++++ Study material

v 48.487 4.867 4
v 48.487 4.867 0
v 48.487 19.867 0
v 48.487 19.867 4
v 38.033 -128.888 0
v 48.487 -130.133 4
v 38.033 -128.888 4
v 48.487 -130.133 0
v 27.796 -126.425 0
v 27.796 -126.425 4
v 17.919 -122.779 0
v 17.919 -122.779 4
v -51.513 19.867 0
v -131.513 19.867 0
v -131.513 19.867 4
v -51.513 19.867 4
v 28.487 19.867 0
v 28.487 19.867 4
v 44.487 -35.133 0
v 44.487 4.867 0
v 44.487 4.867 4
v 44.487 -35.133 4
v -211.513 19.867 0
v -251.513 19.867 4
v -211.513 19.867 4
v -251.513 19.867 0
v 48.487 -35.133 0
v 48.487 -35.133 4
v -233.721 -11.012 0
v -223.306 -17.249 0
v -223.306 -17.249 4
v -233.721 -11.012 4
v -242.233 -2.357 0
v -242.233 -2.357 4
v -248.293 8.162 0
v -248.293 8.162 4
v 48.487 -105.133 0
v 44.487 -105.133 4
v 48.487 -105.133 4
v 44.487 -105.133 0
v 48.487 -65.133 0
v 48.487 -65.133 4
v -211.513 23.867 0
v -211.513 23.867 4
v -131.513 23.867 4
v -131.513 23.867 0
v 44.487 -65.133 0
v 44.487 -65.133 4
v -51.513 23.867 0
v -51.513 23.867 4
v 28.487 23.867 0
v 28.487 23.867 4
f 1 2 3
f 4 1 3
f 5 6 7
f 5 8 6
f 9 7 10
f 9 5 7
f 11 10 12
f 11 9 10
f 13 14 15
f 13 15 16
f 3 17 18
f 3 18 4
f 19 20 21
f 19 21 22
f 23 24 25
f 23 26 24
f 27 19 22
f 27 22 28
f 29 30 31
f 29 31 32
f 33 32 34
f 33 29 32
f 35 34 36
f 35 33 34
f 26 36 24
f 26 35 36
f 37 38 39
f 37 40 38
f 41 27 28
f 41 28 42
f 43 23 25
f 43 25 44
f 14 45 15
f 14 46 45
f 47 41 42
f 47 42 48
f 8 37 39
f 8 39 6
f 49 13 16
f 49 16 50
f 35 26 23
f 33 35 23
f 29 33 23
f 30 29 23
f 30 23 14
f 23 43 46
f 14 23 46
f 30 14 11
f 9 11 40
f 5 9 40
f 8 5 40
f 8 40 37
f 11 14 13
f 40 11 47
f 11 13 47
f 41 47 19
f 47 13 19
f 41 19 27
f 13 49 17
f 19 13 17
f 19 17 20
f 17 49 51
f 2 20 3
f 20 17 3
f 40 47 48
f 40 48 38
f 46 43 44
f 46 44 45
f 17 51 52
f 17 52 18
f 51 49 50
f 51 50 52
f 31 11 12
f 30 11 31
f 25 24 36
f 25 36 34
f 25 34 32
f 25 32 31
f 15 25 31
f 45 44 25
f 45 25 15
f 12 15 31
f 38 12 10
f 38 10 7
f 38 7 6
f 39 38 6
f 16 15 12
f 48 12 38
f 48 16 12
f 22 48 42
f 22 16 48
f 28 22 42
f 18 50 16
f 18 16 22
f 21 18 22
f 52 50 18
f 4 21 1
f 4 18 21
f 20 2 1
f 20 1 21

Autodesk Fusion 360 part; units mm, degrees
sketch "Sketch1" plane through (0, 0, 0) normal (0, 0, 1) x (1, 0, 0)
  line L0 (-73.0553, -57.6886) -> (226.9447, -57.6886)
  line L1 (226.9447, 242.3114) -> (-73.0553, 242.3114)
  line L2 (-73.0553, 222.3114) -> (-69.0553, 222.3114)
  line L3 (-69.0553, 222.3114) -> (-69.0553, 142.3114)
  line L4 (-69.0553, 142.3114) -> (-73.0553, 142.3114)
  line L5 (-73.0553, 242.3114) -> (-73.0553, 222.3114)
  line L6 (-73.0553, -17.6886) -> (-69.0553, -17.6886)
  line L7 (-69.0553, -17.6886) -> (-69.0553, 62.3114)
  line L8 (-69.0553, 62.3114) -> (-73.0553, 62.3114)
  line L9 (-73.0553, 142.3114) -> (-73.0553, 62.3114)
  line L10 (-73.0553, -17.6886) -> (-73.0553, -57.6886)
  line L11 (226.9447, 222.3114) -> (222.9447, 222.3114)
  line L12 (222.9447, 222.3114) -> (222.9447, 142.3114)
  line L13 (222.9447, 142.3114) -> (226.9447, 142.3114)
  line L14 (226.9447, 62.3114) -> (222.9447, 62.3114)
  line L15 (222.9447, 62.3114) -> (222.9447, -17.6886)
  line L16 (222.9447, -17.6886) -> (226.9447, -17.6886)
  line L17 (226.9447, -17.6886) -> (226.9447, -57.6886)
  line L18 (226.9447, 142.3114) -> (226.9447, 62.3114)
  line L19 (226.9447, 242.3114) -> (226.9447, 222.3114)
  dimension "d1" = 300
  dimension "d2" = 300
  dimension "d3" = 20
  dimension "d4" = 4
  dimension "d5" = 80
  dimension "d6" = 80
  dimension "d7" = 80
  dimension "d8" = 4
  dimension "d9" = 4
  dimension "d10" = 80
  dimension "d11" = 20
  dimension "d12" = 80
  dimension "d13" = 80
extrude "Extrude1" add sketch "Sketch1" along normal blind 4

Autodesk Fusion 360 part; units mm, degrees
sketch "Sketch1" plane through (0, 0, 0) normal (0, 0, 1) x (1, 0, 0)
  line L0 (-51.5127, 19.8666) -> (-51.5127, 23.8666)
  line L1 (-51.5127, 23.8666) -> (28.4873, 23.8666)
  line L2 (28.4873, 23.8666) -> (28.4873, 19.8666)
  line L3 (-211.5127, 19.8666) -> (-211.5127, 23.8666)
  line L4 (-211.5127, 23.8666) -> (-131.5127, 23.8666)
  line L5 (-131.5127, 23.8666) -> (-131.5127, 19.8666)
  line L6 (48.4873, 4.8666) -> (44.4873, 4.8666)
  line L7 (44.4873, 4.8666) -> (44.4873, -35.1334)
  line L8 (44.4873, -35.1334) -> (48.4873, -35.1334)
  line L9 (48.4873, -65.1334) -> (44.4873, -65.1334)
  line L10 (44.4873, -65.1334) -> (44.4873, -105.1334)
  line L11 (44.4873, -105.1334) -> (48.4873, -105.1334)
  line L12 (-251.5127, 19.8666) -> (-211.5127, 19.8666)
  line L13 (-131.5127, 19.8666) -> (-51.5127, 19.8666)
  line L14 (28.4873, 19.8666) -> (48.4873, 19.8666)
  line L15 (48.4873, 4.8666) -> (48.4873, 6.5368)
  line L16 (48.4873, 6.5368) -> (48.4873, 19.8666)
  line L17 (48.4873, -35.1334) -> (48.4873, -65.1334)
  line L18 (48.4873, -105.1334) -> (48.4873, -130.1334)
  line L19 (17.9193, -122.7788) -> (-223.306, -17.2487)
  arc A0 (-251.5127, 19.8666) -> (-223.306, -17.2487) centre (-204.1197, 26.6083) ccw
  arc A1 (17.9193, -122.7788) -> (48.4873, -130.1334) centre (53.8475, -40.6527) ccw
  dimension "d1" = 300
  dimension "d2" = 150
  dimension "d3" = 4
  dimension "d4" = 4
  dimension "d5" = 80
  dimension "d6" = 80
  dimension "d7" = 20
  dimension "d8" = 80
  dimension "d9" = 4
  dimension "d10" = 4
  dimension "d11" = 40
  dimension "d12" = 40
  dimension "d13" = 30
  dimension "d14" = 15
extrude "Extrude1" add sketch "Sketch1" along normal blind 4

++++++++

Assigned task: Lines from the beginning of the data above through the line containing "v 44.487 4.867 0" are to be returned exactly, and no others.

Solution to this exercise:
v 48.487 4.867 4
v 48.487 4.867 0
v 48.487 19.867 0
v 48.487 19.867 4
v 38.033 -128.888 0
v 48.487 -130.133 4
v 38.033 -128.888 4
v 48.487 -130.133 0
v 27.796 -126.425 0
v 27.796 -126.425 4
v 17.919 -122.779 0
v 17.919 -122.779 4
v -51.513 19.867 0
v -131.513 19.867 0
v -131.513 19.867 4
v -51.513 19.867 4
v 28.487 19.867 0
v 28.487 19.867 4
v 44.487 -35.133 0
v 44.487 4.867 0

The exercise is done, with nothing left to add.